Even the so called ‘highlights’ are a little underwhelming. Opener ‘She’s Thunderstorms’ has been praised for its doe eye’d melody and Matt Helders’scatter gun drum pattern, but when a drum beat is the only thing to reccomend a track perhaps one should cite the trite lyrics and stereotypical vocals for its inadequacy. While the rock riffs of ‘Brick by Brick’ tries to swagger like mid-period Who, sure its rhythm ripples with energy, but it lacks the dynamic melody, intensity or lyrical bite, rendering it average and quite forgettable. Despite the default setting of most of the seven or eigtht out of ten album reviews, the same could be said for much of this set.
Recent single ‘Don’t Sit Down Cause I’ve Moved You Chair’ could be the silliest AMs song title yet, Alex’s moody vocal and clichéd meditations upon ‘chav’ culture that sound like scenes from Shameless. (‘wear a shell suit on bonfire night’). Are now viewed from the dissconnected mocking distance of a sage rockingchair and the height of self parody, it fails to interest beyond its first minute. This might be a more, gulp, ‘mature’ album but it sadly lacks the sheer addictiveness and social commentary of their first two records that so marked them out as an essential listen. Thus you’re left with a series of weary ambiguously metaphors of pensive life in the bubble, falling in love and growing older.
These introspective efforts lurch into love struck couplets that casts ones mind back to Lennon/McCartney’s most syrupy solo efforts.”I poured my aching heart into a pop song’ Turner sings earnestly on the title track before asserting rather sickmakingly ‘I’m a fool for you’ whilst the verses disappear into the lilting after thought of the chorus. The Hellcat Spangled Shalala is ironically one of the better moments here, its rushing lalala chorus’ are giddily reminiscent of Monaco’s ‘What do you want from me?’ but again riddled with nonsense rhyme on a par with ‘I Am The Walrus.’ ‘Library Pictures’ tries to elicit the memories of Humbug, its serrating psych-guitars and quickfire rhythms are a upbeat diversion, but essentially filler.

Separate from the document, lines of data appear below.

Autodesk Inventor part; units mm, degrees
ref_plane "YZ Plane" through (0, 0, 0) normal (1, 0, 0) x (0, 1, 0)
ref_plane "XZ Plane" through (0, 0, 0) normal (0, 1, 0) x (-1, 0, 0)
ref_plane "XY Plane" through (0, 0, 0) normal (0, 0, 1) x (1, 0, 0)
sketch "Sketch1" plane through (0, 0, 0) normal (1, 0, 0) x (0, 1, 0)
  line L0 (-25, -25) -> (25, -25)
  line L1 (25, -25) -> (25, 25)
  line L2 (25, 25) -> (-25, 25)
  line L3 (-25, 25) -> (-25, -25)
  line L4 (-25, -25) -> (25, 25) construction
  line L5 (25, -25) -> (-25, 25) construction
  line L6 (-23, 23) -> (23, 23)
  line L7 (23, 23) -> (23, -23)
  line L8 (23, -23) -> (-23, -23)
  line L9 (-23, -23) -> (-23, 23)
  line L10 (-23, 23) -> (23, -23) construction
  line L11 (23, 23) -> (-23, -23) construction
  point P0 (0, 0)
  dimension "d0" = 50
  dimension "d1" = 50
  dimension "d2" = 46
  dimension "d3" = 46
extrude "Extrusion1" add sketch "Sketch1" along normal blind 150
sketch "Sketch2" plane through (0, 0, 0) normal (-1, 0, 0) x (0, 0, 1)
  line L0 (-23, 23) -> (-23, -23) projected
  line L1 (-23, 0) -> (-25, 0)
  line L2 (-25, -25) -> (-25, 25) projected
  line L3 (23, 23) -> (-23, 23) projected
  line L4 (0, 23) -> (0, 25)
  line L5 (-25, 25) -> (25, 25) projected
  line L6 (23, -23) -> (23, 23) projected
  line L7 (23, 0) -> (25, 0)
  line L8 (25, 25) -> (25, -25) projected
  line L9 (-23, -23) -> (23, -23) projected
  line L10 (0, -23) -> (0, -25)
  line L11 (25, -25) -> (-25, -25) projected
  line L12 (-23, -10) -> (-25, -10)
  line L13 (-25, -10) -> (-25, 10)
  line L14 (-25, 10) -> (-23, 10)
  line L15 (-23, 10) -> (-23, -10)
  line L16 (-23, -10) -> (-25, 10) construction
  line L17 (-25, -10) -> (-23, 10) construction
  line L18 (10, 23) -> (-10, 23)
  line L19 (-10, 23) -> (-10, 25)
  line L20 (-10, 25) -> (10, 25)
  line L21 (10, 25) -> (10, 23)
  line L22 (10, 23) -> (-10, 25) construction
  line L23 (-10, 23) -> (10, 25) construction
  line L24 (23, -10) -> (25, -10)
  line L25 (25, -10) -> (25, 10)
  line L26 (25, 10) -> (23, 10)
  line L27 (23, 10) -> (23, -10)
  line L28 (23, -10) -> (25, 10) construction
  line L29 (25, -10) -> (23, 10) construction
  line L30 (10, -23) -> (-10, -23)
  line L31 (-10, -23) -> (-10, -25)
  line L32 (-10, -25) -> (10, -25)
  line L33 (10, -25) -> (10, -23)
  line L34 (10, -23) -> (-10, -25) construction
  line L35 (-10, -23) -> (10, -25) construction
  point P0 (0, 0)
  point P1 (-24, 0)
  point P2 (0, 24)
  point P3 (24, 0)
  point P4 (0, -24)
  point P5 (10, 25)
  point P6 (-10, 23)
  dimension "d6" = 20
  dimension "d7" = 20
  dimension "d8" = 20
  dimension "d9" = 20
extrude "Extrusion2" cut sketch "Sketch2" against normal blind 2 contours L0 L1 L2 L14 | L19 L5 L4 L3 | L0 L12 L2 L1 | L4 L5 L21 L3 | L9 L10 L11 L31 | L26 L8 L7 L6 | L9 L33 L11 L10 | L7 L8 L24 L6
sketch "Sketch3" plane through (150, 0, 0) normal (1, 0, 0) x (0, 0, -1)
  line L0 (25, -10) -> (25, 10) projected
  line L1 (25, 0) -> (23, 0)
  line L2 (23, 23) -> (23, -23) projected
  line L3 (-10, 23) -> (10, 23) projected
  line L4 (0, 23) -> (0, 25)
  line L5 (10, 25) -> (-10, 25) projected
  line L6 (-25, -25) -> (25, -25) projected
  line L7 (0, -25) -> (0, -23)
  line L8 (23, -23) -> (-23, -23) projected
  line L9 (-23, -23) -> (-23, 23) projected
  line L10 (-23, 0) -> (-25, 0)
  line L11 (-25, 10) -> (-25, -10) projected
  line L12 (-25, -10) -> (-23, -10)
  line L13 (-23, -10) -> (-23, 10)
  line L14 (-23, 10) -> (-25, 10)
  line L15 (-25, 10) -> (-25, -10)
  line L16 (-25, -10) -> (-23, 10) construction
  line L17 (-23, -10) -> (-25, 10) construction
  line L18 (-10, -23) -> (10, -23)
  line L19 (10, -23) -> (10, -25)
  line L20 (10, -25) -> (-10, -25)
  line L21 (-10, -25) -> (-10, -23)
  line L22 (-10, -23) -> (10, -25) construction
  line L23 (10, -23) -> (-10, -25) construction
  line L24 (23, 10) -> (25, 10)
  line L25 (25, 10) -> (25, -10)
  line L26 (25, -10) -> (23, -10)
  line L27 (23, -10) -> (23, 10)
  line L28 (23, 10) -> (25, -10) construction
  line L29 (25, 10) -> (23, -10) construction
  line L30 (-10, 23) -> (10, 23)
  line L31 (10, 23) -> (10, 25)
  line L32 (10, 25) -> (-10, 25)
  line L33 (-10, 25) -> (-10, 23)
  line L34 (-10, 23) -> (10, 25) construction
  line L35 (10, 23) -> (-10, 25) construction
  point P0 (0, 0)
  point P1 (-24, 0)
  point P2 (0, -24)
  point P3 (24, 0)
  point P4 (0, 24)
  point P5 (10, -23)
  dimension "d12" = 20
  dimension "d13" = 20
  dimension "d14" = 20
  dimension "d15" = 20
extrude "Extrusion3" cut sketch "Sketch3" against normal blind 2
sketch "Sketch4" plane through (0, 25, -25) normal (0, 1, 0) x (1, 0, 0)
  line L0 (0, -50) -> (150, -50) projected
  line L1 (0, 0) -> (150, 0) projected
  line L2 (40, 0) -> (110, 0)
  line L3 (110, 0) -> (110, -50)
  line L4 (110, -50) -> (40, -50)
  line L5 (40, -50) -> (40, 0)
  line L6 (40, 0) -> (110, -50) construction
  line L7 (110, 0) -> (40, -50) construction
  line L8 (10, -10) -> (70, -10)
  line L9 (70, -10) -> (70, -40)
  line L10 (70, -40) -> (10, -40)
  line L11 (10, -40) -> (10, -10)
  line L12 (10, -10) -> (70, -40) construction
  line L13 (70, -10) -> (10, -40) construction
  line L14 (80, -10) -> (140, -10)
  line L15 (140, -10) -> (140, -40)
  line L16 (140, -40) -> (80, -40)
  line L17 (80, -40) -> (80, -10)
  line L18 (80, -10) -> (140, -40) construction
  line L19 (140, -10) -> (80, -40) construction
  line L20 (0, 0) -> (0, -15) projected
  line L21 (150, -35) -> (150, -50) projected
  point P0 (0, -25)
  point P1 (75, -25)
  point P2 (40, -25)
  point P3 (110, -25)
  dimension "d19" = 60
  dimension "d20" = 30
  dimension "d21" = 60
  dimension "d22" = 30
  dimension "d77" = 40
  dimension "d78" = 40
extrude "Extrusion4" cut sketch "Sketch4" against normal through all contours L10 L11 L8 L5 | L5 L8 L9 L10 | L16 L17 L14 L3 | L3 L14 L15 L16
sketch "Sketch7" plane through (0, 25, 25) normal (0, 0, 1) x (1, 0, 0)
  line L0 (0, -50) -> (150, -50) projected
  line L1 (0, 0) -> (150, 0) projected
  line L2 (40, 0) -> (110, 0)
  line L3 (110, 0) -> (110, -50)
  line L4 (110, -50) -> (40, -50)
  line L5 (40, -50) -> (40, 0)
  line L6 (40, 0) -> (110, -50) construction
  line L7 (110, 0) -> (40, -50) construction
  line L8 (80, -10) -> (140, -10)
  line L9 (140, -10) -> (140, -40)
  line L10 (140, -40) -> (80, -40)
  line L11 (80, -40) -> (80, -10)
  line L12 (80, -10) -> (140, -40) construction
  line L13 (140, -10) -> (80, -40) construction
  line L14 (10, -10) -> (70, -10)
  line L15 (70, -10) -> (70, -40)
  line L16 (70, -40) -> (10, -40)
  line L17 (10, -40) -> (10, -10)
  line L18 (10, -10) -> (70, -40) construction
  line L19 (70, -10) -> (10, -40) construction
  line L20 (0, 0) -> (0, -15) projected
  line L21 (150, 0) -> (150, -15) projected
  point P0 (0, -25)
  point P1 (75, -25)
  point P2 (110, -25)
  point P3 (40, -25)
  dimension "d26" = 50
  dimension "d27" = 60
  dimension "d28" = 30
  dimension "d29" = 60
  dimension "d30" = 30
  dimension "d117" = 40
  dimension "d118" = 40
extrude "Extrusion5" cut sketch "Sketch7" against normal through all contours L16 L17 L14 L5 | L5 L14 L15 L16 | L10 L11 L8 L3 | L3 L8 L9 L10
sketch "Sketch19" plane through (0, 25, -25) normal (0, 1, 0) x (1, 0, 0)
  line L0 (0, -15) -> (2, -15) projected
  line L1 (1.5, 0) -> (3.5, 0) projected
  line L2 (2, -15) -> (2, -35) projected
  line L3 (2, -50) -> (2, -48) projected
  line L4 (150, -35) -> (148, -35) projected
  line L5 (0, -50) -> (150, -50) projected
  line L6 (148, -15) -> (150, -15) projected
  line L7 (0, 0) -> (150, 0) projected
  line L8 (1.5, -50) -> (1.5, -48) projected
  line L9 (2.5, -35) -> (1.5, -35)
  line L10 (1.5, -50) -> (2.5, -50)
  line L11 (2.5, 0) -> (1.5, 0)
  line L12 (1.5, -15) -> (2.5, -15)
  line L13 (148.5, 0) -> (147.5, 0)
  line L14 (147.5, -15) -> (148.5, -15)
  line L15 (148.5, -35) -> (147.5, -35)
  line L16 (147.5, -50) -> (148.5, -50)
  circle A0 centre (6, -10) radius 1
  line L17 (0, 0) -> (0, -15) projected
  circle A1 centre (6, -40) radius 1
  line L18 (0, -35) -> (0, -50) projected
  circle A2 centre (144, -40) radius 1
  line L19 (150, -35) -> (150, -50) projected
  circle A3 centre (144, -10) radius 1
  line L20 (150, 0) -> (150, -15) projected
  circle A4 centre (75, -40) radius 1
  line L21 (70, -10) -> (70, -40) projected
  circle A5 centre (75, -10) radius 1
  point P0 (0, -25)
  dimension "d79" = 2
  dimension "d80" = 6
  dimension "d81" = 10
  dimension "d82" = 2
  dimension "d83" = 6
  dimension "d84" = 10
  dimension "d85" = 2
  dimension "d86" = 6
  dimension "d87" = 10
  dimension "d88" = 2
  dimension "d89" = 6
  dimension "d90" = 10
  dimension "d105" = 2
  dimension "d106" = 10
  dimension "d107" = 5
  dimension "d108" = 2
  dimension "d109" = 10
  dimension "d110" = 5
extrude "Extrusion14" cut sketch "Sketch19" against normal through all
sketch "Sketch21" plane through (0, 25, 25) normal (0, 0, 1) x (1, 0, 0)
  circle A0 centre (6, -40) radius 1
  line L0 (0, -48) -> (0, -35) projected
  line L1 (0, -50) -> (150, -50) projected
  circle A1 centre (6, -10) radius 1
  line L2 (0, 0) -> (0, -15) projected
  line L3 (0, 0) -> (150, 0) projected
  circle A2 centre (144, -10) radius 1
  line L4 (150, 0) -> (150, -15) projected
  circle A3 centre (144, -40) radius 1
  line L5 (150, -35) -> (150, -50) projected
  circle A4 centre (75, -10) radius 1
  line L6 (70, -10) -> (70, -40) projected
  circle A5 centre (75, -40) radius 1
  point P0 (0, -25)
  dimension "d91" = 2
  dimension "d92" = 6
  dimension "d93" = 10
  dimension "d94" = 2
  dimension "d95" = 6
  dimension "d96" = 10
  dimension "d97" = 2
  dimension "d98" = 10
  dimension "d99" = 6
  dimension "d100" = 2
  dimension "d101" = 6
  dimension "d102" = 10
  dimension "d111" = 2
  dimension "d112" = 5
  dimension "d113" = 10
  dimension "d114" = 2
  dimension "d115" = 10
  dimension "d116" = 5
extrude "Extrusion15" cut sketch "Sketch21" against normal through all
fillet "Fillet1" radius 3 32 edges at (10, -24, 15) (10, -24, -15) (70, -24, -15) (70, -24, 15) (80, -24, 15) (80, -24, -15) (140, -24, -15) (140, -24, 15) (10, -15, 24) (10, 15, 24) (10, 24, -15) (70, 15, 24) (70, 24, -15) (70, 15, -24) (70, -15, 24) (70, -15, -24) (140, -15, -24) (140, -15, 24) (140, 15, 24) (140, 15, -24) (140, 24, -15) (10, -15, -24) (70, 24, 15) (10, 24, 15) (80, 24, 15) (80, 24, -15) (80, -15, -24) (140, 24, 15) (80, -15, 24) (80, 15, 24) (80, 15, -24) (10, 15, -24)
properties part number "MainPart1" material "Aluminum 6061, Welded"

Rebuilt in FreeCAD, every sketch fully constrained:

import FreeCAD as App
import Part
import Sketcher
from FreeCAD import Vector


def edges_at(feature, points):
    """Names of the edges that pass closest to the given points."""
    edges = feature.Shape.Edges
    near = lambda p: min(range(len(edges)), key=lambda i: edges[i].distToShape(Part.Vertex(*p))[0])
    return sorted({f"Edge{near(p) + 1}" for p in points})


def add_polygon(sketch, points):
    """Adds a closed chain of lines whose ends are joined by coincident constraints."""
    first, n = sketch.GeometryCount, len(points)
    for a, b in zip(points, points[1:] + points[:1]):
        sketch.addGeometry(Part.LineSegment(App.Vector(*a, 0), App.Vector(*b, 0)), False)
    for i in range(n):
        sketch.addConstraint(Sketcher.Constraint("Coincident", first + i, 2, first + (i + 1) % n, 1))

doc = App.newDocument("Part")
body = doc.addObject("PartDesign::Body", "Body")

# Sketch on YZ plane
sketch1 = doc.addObject("Sketcher::SketchObject", "Sketch")
body.addObject(sketch1)
sketch1.AttachmentSupport = (doc.YZ_Plane, [""])
sketch1.MapMode = "FlatFace"
add_polygon(sketch1, [(-25, 25), (-25, -25), (25, -25), (25, 25)])  # lines 0-3
add_polygon(sketch1, [(-23, -23), (-23, 23), (23, 23), (23, -23)])  # lines 4-7
sketch1.addConstraint([
    Sketcher.Constraint("Vertical", 0),
    Sketcher.Constraint("Horizontal", 1),
    Sketcher.Constraint("Vertical", 2),
    Sketcher.Constraint("Horizontal", 3),
    Sketcher.Constraint("Vertical", 4),
    Sketcher.Constraint("Horizontal", 5),
    Sketcher.Constraint("Vertical", 6),
    Sketcher.Constraint("Horizontal", 7),
    Sketcher.Constraint("Symmetric", 0, 2, 2, 2, -1, 1),
    Sketcher.Constraint("Symmetric", 4, 2, 6, 2, -1, 1),
    Sketcher.Constraint("Equal", 3, 0),
    Sketcher.Constraint("Equal", 7, 4),
    Sketcher.Constraint("DistanceX", 1, 1, 1, 2, 50.0),
    Sketcher.Constraint("DistanceX", 5, 1, 5, 2, 46.0),
])
pad1 = doc.addObject("PartDesign::Pad", "Pad")
body.addObject(pad1)
pad1.Profile = sketch1
pad1.Length = 150

# Sketch on YZ plane
sketch2 = doc.addObject("Sketcher::SketchObject", "Sketch001")
body.addObject(sketch2)
sketch2.AttachmentSupport = (doc.YZ_Plane, [""])
sketch2.MapMode = "FlatFace"
add_polygon(sketch2, [(10, -23), (10, -25), (-10, -25), (-10, -23)])  # lines 0-3
add_polygon(sketch2, [(25, -10), (23, -10), (23, 10), (25, 10)])  # lines 4-7
add_polygon(sketch2, [(-23, -10), (-25, -10), (-25, 10), (-23, 10)])  # lines 8-11
add_polygon(sketch2, [(10, 25), (10, 23), (-10, 23), (-10, 25)])  # lines 12-15
sketch2.addConstraint([
    Sketcher.Constraint("Vertical", 0),
    Sketcher.Constraint("Horizontal", 1),
    Sketcher.Constraint("Vertical", 2),
    Sketcher.Constraint("Horizontal", 3),
    Sketcher.Constraint("Horizontal", 4),
    Sketcher.Constraint("Vertical", 5),
    Sketcher.Constraint("Horizontal", 6),
    Sketcher.Constraint("Vertical", 7),
    Sketcher.Constraint("Horizontal", 8),
    Sketcher.Constraint("Vertical", 9),
    Sketcher.Constraint("Horizontal", 10),
    Sketcher.Constraint("Vertical", 11),
    Sketcher.Constraint("Vertical", 12),
    Sketcher.Constraint("Horizontal", 13),
    Sketcher.Constraint("Vertical", 14),
    Sketcher.Constraint("Horizontal", 15),
    Sketcher.Constraint("Symmetric", 6, 2, 8, 2, -1, 1),
    Sketcher.Constraint("Symmetric", 4, 2, 10, 2, -1, 1),
    Sketcher.Constraint("Symmetric", 2, 2, 12, 2, -1, 1),
    Sketcher.Constraint("Symmetric", 0, 2, 14, 2, -1, 1),
    Sketcher.Constraint("Horizontal", 7, 2, 8, 2),
    Sketcher.Constraint("Vertical", 3, 2, 12, 2),
    Sketcher.Constraint("Equal", 10, 0),
    Sketcher.Constraint("Equal", 15, 5),
    Sketcher.Constraint("DistanceX", 1, 2, 1, 1, 20.0),
    Sketcher.Constraint("DistanceX", 4, 2, 4, 1, 2.0),
    Sketcher.Constraint("DistanceY", 0, 2, -1, 1, 25.0),
    Sketcher.Constraint("DistanceX", -1, 1, 4, 2, 23.0),
])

The mildly intriguing reverb heavy ‘Piledriver Waltz’ that previously appeared on the Submarine soundtrack bobs along on a wave of strumming inconsequential and wistfulness is the lesser cousin of Humbug’s superior ‘Cornerstone.’ ‘Love Is A Laserquest’ returns once again to the growing old theme Turner sings ‘“When I’m pipe and slippers and rocking chair, singing dreadful songs about something” the couplets irony seemingly lost on him as he delivers a more obvious homage to The Beatles. Closer ‘That’s where you’re wrong’ is the most enjoyable slice of jangle pop here, its uncluttered production and Nick O’Malley’s Bryds-ian four string riffs are pleasant , but hamstrung by yet more worn out rock roll cliché. It fails to get out of second gear, The La‘s ‘There She Goes’ it ain’t.
What were we expecting from the Arctic Monkeys? Well perhaps a long player with a bit more to intrigue beyond the first spin. A fourth album that doesn’t bother the Monkeys motto offered at the start of their debut video ‘Don’t Believe The Hype’. Turner and co seem bereft of really new ideas and its little wonder when they have moved away from everything they know, the town they grew up in to record for months in the cosy confines of the US with big name producers, that Suck it and see sounds so anaemic, so over thought, and so utterly lacking in killer tunes. It’s a shame then to report that the Arctic Monkeys new album should probably be retitled under its anagram ‘And See, It Suck.’